Das muss man differenziert betrachten. Dubai zum Beispiel lebt nicht vom Öl. Daher setzt man dort seit Jahren auf Tourismus, Handel, Luftverkehr als Drehkreuz zwischen Europa, Asien und Afrika oder Immobilien. Dubai hatte schon vor Beginn der Corona-Krise zu kämpfen. Die Geschäfte liefen nicht mehr wie gewohnt. Daher trifft Dubai das Ausbleiben der Touristen oder eine Verschiebung der Expo weitaus stärker als der Ölpreisabsturz. Allein für die Expo hat man mit mehreren Millionen zusätzlichen Besuchern gerechnet und dafür unter anderem die Hotelkapazitäten nochmal deutlich erhöht. Es gab aber schon vorher Tendenzen zu einem Überangebot, auch an Shopping Malls.

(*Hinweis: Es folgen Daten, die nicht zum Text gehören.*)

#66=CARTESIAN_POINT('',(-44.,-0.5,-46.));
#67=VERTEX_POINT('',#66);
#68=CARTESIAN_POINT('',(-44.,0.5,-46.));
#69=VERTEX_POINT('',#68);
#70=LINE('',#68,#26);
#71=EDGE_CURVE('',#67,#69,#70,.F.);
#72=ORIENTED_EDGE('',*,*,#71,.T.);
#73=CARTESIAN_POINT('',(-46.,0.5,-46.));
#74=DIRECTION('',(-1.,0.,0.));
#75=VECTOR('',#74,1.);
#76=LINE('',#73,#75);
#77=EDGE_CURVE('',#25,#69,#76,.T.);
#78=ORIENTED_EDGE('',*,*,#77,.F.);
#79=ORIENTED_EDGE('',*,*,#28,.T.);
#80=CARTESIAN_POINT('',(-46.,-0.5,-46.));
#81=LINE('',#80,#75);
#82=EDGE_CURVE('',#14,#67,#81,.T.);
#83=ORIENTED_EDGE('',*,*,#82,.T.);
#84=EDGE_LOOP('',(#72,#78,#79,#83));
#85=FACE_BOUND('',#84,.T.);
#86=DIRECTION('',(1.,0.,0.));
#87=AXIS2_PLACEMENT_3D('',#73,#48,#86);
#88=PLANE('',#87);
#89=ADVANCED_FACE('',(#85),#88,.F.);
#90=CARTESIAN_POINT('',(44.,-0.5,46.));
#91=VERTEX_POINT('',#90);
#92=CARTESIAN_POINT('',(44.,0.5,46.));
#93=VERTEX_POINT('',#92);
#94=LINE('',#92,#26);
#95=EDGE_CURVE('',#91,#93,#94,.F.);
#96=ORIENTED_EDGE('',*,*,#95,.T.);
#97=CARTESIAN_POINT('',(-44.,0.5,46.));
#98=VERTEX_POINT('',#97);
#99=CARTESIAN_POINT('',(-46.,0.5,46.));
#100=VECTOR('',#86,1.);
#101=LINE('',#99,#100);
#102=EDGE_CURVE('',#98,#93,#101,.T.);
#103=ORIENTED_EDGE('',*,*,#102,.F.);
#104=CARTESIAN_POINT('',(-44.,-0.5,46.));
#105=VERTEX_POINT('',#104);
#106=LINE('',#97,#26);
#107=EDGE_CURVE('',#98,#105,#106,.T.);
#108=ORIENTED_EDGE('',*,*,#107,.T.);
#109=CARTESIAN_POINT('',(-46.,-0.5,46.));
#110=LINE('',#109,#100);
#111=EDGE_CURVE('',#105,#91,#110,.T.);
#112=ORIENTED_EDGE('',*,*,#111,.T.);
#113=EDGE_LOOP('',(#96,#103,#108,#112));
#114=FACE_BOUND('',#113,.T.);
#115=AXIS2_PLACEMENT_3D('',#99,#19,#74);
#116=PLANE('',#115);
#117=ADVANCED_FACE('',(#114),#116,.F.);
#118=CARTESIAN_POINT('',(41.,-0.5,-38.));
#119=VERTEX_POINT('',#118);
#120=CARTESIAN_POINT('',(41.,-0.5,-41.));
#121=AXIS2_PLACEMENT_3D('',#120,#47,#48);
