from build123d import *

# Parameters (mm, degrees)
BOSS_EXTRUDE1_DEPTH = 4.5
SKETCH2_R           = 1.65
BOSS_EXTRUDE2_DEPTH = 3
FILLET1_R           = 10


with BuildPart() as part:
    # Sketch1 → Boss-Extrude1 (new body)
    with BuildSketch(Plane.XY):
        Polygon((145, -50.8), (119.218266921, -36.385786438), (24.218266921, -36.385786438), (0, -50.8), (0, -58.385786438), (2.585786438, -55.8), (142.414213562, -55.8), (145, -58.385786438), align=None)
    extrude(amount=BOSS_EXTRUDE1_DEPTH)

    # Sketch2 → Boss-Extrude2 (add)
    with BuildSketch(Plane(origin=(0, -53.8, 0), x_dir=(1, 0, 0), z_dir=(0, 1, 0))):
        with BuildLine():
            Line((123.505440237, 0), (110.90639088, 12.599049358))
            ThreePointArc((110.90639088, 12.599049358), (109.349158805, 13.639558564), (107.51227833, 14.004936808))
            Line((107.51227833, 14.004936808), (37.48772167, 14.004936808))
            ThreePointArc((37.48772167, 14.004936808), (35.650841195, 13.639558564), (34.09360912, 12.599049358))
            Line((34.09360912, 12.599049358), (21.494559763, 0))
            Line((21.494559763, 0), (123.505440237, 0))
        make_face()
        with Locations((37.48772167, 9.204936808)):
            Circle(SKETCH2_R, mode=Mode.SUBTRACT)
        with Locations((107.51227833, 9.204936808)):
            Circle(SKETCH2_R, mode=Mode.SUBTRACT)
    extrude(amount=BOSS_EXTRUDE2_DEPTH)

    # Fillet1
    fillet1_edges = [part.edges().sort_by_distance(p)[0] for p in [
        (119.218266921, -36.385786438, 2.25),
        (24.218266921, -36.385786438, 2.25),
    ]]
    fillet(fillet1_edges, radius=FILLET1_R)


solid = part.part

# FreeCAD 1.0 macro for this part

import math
import FreeCAD as App
import Part
import Sketcher
from FreeCAD import Vector


def edges_at(feature, points):
    """Names of the edges that pass closest to the given points."""
    edges = feature.Shape.Edges
    near = lambda p: min(range(len(edges)), key=lambda i: edges[i].distToShape(Part.Vertex(*p))[0])
    return sorted({f"Edge{near(p) + 1}" for p in points})


def add_polygon(sketch, points):
    """Adds a closed chain of lines whose ends are joined by coincident constraints."""
    first, n = sketch.GeometryCount, len(points)
    for a, b in zip(points, points[1:] + points[:1]):
        sketch.addGeometry(Part.LineSegment(App.Vector(*a, 0), App.Vector(*b, 0)), False)
    for i in range(n):
        sketch.addConstraint(Sketcher.Constraint("Coincident", first + i, 2, first + (i + 1) % n, 1))

doc = App.newDocument("Part")
body = doc.addObject("PartDesign::Body", "Body")

# Sketch on XY plane
sketch1 = body.newObject("Sketcher::SketchObject", "Sketch")
sketch1.AttachmentSupport = (doc.getObject("XY_Plane"), [""])
sketch1.MapMode = "FlatFace"
add_polygon(sketch1, [(145, -50.8), (119.2, -36.4), (24.2, -36.4), (0, -50.8), (0, -58.4), (2.6, -55.8), (142.4, -55.8), (145, -58.4)])  # lines 0-7
sketch1.addConstraint([
    Sketcher.Constraint("Horizontal", 1),
    Sketcher.Constraint("Vertical", 3),
    Sketcher.Constraint("Horizontal", 5),
    Sketcher.Constraint("Vertical", 7),
    Sketcher.Constraint("PointOnObject", 2, 2, -2),
    Sketcher.Constraint("Perpendicular", 4, 6),
    Sketcher.Constraint("Horizontal", 3, 2, 6, 2),
    Sketcher.Constraint("Horizontal", 2, 2, 7, 2),
    Sketcher.Constraint("Equal", 4, 6),
    Sketcher.Constraint("DistanceX", 1, 2, 1, 1, 95.0),
    Sketcher.Constraint("DistanceX", -1, 1, 6, 2, 145.0),
    Sketcher.Constraint("DistanceY", 3, 2, 1, 2, 22.0),
    Sketcher.Constraint("DistanceY", 4, 2, 2, 2, 5.0),
    Sketcher.Constraint("DistanceY", 2, 2, -1, 1, 50.8),
    Sketcher.Constraint("DistanceX", 5, 1, 5, 2, 139.828427),
    Sketcher.Constraint("DistanceX", 4, 2, 1, 2, 21.63248),
])
pad1 = body.newObject("PartDesign::Pad", "Pad")
pad1.Profile = sketch1
pad1.Length = 4.5

# Sketch on XZ plane
sketch2 = body.newObject("Sketcher::SketchObject", "Sketch001")
sketch2.AttachmentSupport = (doc.getObject("XZ_Plane"), [""])
sketch2.MapMode = "FlatFace"
sketch2.AttachmentOffset = App.Placement(Vector(0, 0, 53.8), App.Rotation())
sketch2.addGeometry([
    Part.LineSegment(Vector(123.5, 0, 0), Vector(110.9, -12.6, 0)),  # 0
    Part.ArcOfCircle(Part.Circle(Vector(107.5, -9.2, 0), Vector(0, 0, 1), 4.8), math.radians(-90), math.radians(-45)),  # 1
    Part.LineSegment(Vector(107.5, -14, 0), Vector(37.5, -14, 0)),  # 2
    Part.ArcOfCircle(Part.Circle(Vector(37.5, -9.2, 0), Vector(0, 0, 1), 4.8), math.radians(-135), math.radians(-90)),  # 3
    Part.LineSegment(Vector(34.1, -12.6, 0), Vector(21.5, 0, 0)),  # 4
    Part.LineSegment(Vector(21.5, 0, 0), Vector(123.5, 0, 0)),  # 5
    Part.Circle(Vector(37.5, -9.2, 0), Vector(0, 0, 1), 1.6),  # 6
    Part.Circle(Vector(107.5, -9.2, 0), Vector(0, 0, 1), 1.6),  # 7
], False)
sketch2.addConstraint([
    Sketcher.Constraint("Tangent", 0, 2, 1, 2),
    Sketcher.Constraint("Tangent", 1, 1, 2, 1),
    Sketcher.Constraint("Tangent", 2, 2, 3, 2),
    Sketcher.Constraint("Tangent", 3, 1, 4, 1),
    Sketcher.Constraint("Coincident", 4, 2, 5, 1),
    Sketcher.Constraint("Coincident", 5, 2, 0, 1),
    Sketcher.Constraint("Horizontal", 2),
    Sketcher.Constraint("Horizontal", 5),
    Sketcher.Constraint("Coincident", 6, 3, 3, 3),
    Sketcher.Constraint("Coincident", 7, 3, 1, 3),
    Sketcher.Constraint("Equal", 1, 3),
    Sketcher.Constraint("Equal", 6, 7),
    Sketcher.Constraint("PointOnObject", 4, 2, -1),
    Sketcher.Constraint("Perpendicular", 0, 4),
    Sketcher.Constraint("Horizontal", 0, 2, 3, 1),
    Sketcher.Constraint("Diameter", 6, 3.3),
    Sketcher.Constraint("Radius", 1, 4.8),
    Sketcher.Constraint("DistanceX", 5, 1, 5, 2, 102.01088),
    Sketcher.Constraint("DistanceX", 2, 2, 2, 1, 70.024557),
    Sketcher.Constraint("DistanceX", -1, 1, 1, 3, 107.512278),
])
pad2 = body.newObject("PartDesign::Pad", "Pad001")
pad2.Profile = sketch2
pad2.Length = 3
pad2.Reversed = True
doc.recompute()

fillet = body.newObject("PartDesign::Fillet", "Fillet")
fillet.Base = (pad2, edges_at(pad2, [(119.218, -36.386, 2.25), (24.218, -36.386, 2.25)]))
fillet.Radius = 10

doc.recompute()
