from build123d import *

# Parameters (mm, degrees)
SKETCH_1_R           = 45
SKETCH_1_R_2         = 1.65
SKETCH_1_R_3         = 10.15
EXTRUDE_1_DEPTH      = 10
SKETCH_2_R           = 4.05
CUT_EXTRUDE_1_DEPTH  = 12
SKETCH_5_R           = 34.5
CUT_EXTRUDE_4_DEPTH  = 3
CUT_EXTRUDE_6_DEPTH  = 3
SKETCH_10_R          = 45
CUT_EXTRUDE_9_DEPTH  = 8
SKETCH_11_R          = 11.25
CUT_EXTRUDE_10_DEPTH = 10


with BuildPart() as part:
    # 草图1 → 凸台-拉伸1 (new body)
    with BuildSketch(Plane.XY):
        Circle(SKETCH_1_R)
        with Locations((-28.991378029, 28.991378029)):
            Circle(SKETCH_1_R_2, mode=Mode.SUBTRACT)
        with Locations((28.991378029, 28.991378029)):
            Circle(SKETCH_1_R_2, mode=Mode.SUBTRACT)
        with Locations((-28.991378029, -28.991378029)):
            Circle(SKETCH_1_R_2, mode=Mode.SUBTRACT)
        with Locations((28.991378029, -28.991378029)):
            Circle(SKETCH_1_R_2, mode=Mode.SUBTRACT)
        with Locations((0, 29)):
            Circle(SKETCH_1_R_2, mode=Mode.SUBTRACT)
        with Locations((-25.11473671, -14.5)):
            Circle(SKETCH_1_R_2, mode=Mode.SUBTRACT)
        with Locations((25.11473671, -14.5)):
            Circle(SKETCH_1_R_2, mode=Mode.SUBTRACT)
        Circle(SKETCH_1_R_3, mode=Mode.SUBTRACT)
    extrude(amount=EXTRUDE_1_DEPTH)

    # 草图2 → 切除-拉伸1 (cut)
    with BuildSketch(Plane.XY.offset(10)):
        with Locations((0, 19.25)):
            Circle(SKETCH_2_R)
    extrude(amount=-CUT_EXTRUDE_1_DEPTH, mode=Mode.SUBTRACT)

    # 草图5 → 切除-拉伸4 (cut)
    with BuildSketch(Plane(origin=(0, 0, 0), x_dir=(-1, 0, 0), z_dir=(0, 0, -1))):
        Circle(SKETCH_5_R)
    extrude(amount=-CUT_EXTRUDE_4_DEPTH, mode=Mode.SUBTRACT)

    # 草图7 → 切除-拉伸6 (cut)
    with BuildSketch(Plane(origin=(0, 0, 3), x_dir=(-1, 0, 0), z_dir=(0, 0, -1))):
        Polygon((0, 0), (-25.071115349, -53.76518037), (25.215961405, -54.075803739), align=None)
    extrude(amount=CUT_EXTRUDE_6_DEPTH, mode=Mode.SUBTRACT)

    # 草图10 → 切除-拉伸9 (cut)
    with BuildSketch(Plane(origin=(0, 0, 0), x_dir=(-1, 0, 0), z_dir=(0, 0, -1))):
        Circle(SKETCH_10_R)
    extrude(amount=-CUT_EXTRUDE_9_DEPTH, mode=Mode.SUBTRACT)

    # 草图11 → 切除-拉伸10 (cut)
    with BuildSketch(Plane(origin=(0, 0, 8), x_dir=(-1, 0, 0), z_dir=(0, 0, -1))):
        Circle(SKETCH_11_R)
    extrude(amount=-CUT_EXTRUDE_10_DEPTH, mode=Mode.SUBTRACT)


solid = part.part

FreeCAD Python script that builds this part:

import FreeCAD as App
import Part
import Sketcher
Q = App.Units.Quantity


def add_polygon(sketch, points):
    """Adds a closed chain of lines whose ends are joined by coincident constraints."""
    first, n = sketch.GeometryCount, len(points)
    for a, b in zip(points, points[1:] + points[:1]):
        sketch.addGeometry(Part.LineSegment(App.Vector(*a, 0), App.Vector(*b, 0)), False)
    for i in range(n):
        sketch.addConstraint(Sketcher.Constraint("Coincident", first + i, 2, first + (i + 1) % n, 1))

doc = App.newDocument("Part")
body = doc.addObject("PartDesign::Body", "Body")

# Sketch on XY plane
sketch1 = doc.addObject("Sketcher::SketchObject", "Sketch")
body.addObject(sketch1)
sketch1.AttachmentSupport = (doc.XY_Plane, [""])
sketch1.MapMode = "FlatFace"
sketch1.addGeometry([
    Part.Circle(App.Vector(0, 0, 0), App.Vector(0, 0, 1), 45),  # 0
    Part.Circle(App.Vector(-28.991378, -28.991378, 0), App.Vector(0, 0, 1), 1.65),  # 1
    Part.Circle(App.Vector(-25.114737, -14.5, 0), App.Vector(0, 0, 1), 1.65),  # 2
    Part.Circle(App.Vector(0, 0, 0), App.Vector(0, 0, 1), 10.15),  # 3
    Part.Circle(App.Vector(28.991378, -28.991378, 0), App.Vector(0, 0, 1), 1.65),  # 4
    Part.Circle(App.Vector(25.114737, -14.5, 0), App.Vector(0, 0, 1), 1.65),  # 5
    Part.Circle(App.Vector(-28.991378, 28.991378, 0), App.Vector(0, 0, 1), 1.65),  # 6
    Part.Circle(App.Vector(0, 29, 0), App.Vector(0, 0, 1), 1.65),  # 7
    Part.Circle(App.Vector(28.991378, 28.991378, 0), App.Vector(0, 0, 1), 1.65),  # 8
], False)
sketch1.addConstraint([
    Sketcher.Constraint("Coincident", 0, 3, -1, 1),
    Sketcher.Constraint("Coincident", 3, 3, -1, 1),
    Sketcher.Constraint("Equal", 1, 2),
    Sketcher.Constraint("Equal", 2, 4),
    Sketcher.Constraint("Equal", 4, 5),
    Sketcher.Constraint("Equal", 5, 6),
    Sketcher.Constraint("Equal", 6, 7),
    Sketcher.Constraint("Equal", 7, 8),
    Sketcher.Constraint("Symmetric", 4, 3, 6, 3, -1, 1),
    Sketcher.Constraint("Symmetric", 1, 3, 8, 3, -1, 1),
    Sketcher.Constraint("Symmetric", 1, 3, 4, 3, -2),
    Sketcher.Constraint("Symmetric", 2, 3, 5, 3, -2),
    Sketcher.Constraint("PointOnObject", 7, 3, -2),
    Sketcher.Constraint("Diameter", 0, 90.0),
    Sketcher.Constraint("Diameter", 1, 3.3),
    Sketcher.Constraint("Diameter", 3, 20.3),
    Sketcher.Constraint("DistanceY", -1, 1, 7, 3, 29.0),
    Sketcher.Constraint("DistanceY", 2, 3, -1, 1, 14.5),
    Sketcher.Constraint("DistanceX", 1, 3, -1, 1, 28.991378),
    Sketcher.Constraint("DistanceY", 1, 3, -1, 1, 28.991378),
    Sketcher.Constraint("DistanceX", 1, 3, 2, 3, 3.876641),
])
pad1 = doc.addObject("PartDesign::Pad", "Pad")
body.addObject(pad1)
pad1.Profile = sketch1
pad1.Length = 10

# Sketch on XY plane
sketch2 = doc.addObject("Sketcher::SketchObject", "Sketch001")
body.addObject(sketch2)
sketch2.AttachmentSupport = (doc.XY_Plane, [""])
sketch2.MapMode = "FlatFace"
sketch2.AttachmentOffset = App.Placement(App.Vector(0, 0, 10), App.Rotation())
sketch2.addGeometry(Part.Circle(App.Vector(0, 19.25, 0), App.Vector(0, 0, 1), 4.05), False)
sketch2.addConstraint([
    Sketcher.Constraint("PointOnObject", 0, 3, -2),
    Sketcher.Constraint("Diameter", 0, 8.1),
    Sketcher.Constraint("DistanceY", -1, 1, 0, 3, 19.25),
])
pocket1 = doc.addObject("PartDesign::Pocket", "Pocket")
body.addObject(pocket1)
pocket1.Profile = sketch2
pocket1.Length = 12

# Sketch on XY plane
sketch3 = doc.addObject("Sketcher::SketchObject", "Sketch002")
body.addObject(sketch3)
sketch3.AttachmentSupport = (doc.XY_Plane, [""])
sketch3.MapMode = "FlatFace"
sketch3.addGeometry(Part.Circle(App.Vector(0, 0, 0), App.Vector(0, 0, 1), 34.5), False)
sketch3.addConstraint([
    Sketcher.Constraint("Coincident", 0, 3, -1, 1),
    Sketcher.Constraint("Diameter", 0, 69.0),
])
pocket2 = doc.addObject("PartDesign::Pocket", "Pocket001")
body.addObject(pocket2)
pocket2.Profile = sketch3
pocket2.Length = 3
pocket2.Reversed = True

# Sketch on XY plane
sketch4 = doc.addObject("Sketcher::SketchObject", "Sketch003")
body.addObject(sketch4)
sketch4.AttachmentSupport = (doc.XY_Plane, [""])
sketch4.MapMode = "FlatFace"
sketch4.AttachmentOffset = App.Placement(App.Vector(0, 0, 3), App.Rotation())
add_polygon(sketch4, [(0, 0), (25.071115, -53.76518), (-25.215961, -54.075804)])  # lines 0-2
sketch4.addConstraint([
    Sketcher.Constraint("Coincident", 2, 2, -1, 1),
    Sketcher.Constraint("Angle", 0, Q("-65 deg")),
    Sketcher.Constraint("Angle", 2, Q("65 deg")),
    Sketcher.Constraint("DistanceY", 0, 2, -1, 1, 53.76518),
    Sketcher.Constraint("DistanceX", 1, 2, -1, 1, 25.215961),
])
pocket3 = doc.addObject("PartDesign::Pocket", "Pocket002")
body.addObject(pocket3)
pocket3.Profile = sketch4
pocket3.Length = 3

# Sketch on XY plane
sketch5 = doc.addObject("Sketcher::SketchObject", "Sketch004")
body.addObject(sketch5)
sketch5.AttachmentSupport = (doc.XY_Plane, [""])
sketch5.MapMode = "FlatFace"
sketch5.addGeometry(Part.Circle(App.Vector(0, 0, 0), App.Vector(0, 0, 1), 45), False)
sketch5.addConstraint([
    Sketcher.Constraint("Coincident", 0, 3, -1, 1),
    Sketcher.Constraint("Diameter", 0, 90.0),
])
pocket4 = doc.addObject("PartDesign::Pocket", "Pocket003")
body.addObject(pocket4)
pocket4.Profile = sketch5
pocket4.Length = 8
pocket4.Reversed = True

# Sketch on XY plane
sketch6 = doc.addObject("Sketcher::SketchObject", "Sketch005")
body.addObject(sketch6)
sketch6.AttachmentSupport = (doc.XY_Plane, [""])
sketch6.MapMode = "FlatFace"
sketch6.AttachmentOffset = App.Placement(App.Vector(0, 0, 8), App.Rotation())
sketch6.addGeometry(Part.Circle(App.Vector(0, 0, 0), App.Vector(0, 0, 1), 11.25), False)
sketch6.addConstraint([
    Sketcher.Constraint("Coincident", 0, 3, -1, 1),
    Sketcher.Constraint("Diameter", 0, 22.5),
])
pocket5 = doc.addObject("PartDesign::Pocket", "Pocket004")
body.addObject(pocket5)
pocket5.Profile = sketch6
pocket5.Length = 10
pocket5.Reversed = True

doc.recompute()
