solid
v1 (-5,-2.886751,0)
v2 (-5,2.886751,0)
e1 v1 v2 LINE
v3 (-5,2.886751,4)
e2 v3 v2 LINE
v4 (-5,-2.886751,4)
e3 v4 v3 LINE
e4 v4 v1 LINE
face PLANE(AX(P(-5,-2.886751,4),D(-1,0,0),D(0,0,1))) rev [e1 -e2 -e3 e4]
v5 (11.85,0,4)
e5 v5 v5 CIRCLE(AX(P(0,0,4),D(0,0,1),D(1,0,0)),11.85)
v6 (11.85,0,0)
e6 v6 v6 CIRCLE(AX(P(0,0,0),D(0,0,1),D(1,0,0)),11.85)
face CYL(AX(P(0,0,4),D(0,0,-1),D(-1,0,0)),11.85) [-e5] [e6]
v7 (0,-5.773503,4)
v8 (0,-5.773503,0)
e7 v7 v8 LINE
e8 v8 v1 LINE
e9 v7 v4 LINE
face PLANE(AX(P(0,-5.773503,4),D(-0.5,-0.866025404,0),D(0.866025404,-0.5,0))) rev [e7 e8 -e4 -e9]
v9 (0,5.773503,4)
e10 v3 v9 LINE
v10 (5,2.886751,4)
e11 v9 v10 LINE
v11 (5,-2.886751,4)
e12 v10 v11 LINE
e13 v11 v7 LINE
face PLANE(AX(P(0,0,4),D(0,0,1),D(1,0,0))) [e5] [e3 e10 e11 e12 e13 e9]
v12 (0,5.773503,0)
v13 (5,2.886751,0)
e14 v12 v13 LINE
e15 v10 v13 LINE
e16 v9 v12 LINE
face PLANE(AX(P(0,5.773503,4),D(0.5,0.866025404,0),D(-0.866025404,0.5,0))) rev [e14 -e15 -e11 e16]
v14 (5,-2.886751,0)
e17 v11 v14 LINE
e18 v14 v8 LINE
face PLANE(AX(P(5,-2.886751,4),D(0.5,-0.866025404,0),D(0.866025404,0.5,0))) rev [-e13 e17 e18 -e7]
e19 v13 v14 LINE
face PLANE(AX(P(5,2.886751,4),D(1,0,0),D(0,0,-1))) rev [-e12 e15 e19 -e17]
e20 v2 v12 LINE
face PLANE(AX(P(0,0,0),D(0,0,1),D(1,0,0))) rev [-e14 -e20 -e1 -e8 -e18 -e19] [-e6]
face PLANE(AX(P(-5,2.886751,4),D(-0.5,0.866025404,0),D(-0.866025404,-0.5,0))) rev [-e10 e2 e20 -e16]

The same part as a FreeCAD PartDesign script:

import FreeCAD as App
import Part
import Sketcher
Q = App.Units.Quantity

doc = App.newDocument("Part")
body = doc.addObject("PartDesign::Body", "Body")

# Sketch on XY plane
sketch1 = body.newObject("Sketcher::SketchObject", "Sketch")
sketch1.AttachmentSupport = (doc.getObject("XY_Plane"), [""])
sketch1.MapMode = "FlatFace"
sketch1.addGeometry(Part.Circle(App.Vector(0, 0, 0), App.Vector(0, 0, 1), 12), False)
sketch1.addConstraint(Sketcher.Constraint("Coincident", 0, 3, -1, 1))
sketch1.addConstraint(Sketcher.Constraint("Diameter", 0, 23.7))
pad1 = body.newObject("PartDesign::Pad", "Pad")
pad1.Profile = sketch1
pad1.Length = 4

# Sketch on XY plane
sketch2 = body.newObject("Sketcher::SketchObject", "Sketch001")
sketch2.AttachmentSupport = (doc.getObject("XY_Plane"), [""])
sketch2.MapMode = "FlatFace"
sketch2.addGeometry(Part.LineSegment(App.Vector(0, 6, 0), App.Vector(5, 3, 0)), False)
sketch2.addGeometry(Part.LineSegment(App.Vector(5, 3, 0), App.Vector(5, -3, 0)), False)
sketch2.addGeometry(Part.LineSegment(App.Vector(5, -3, 0), App.Vector(0, -6, 0)), False)
sketch2.addGeometry(Part.LineSegment(App.Vector(0, -6, 0), App.Vector(-5, -3, 0)), False)
sketch2.addGeometry(Part.LineSegment(App.Vector(-5, -3, 0), App.Vector(-5, 3, 0)), False)
sketch2.addGeometry(Part.LineSegment(App.Vector(-5, 3, 0), App.Vector(0, 6, 0)), False)
sketch2.addConstraint(Sketcher.Constraint("Coincident", 0, 2, 1, 1))
sketch2.addConstraint(Sketcher.Constraint("Coincident", 1, 2, 2, 1))
sketch2.addConstraint(Sketcher.Constraint("Coincident", 2, 2, 3, 1))
sketch2.addConstraint(Sketcher.Constraint("Coincident", 3, 2, 4, 1))
sketch2.addConstraint(Sketcher.Constraint("Coincident", 4, 2, 5, 1))
sketch2.addConstraint(Sketcher.Constraint("Coincident", 5, 2, 0, 1))
sketch2.addConstraint(Sketcher.Constraint("Vertical", 1))
sketch2.addConstraint(Sketcher.Constraint("Vertical", 4))
sketch2.addConstraint(Sketcher.Constraint("Symmetric", 0, 2, 3, 2, -1, 1))
sketch2.addConstraint(Sketcher.Constraint("Symmetric", 2, 2, 5, 2, -1, 1))
sketch2.addConstraint(Sketcher.Constraint("PointOnObject", 2, 2, -2))
sketch2.addConstraint(Sketcher.Constraint("Parallel", 2, 5))
sketch2.addConstraint(Sketcher.Constraint("Horizontal", 1, 2, 3, 2))
sketch2.addConstraint(Sketcher.Constraint("Angle", 0, Q("-30 deg")))
sketch2.addConstraint(Sketcher.Constraint("DistanceX", -1, 1, 0, 2, 5.0))
sketch2.addConstraint(Sketcher.Constraint("DistanceY", 1, 2, 1, 1, 5.773503))
pocket1 = body.newObject("PartDesign::Pocket", "Pocket")
pocket1.Profile = sketch2
pocket1.Type = "ThroughAll"
pocket1.Reversed = True

doc.recompute()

Hier bei uns in Abu Dhabi ist dagegen das Öl wichtig. Aber auch wenn das Öl nicht mehr ganz so viele Einnahmen einbringt, kommt trotzdem noch Geld ins Land. Insofern trifft es Abu Dhabi nicht so hart wie Dubai.

Wie geht es weiter in den nächsten Monaten?  

Schwer zu sagen. Wir können unsere Jobs auch aus dem Home Office oder unseren Büros in Dubai und Abu Dhabi machen. Trotzdem wird entscheidend sein, wann wieder gereist werden darf. Die Araber selbst trifft es nicht so schlimm. Wir Expatriates können auch noch nicht klagen. Schlimmer sieht es für die vielen Gastarbeiter aus Indien, Pakistan oder Bangladesh aus. Die versorgen ihre Familien zuhause mit dem Geld, das sie hier verdienen. Sie leben auch teilweise unter sehr schlechten Bedingungen. Für diese Menschen wünsche ich mir ganz besonders, dass die Krise bald vorbei ist.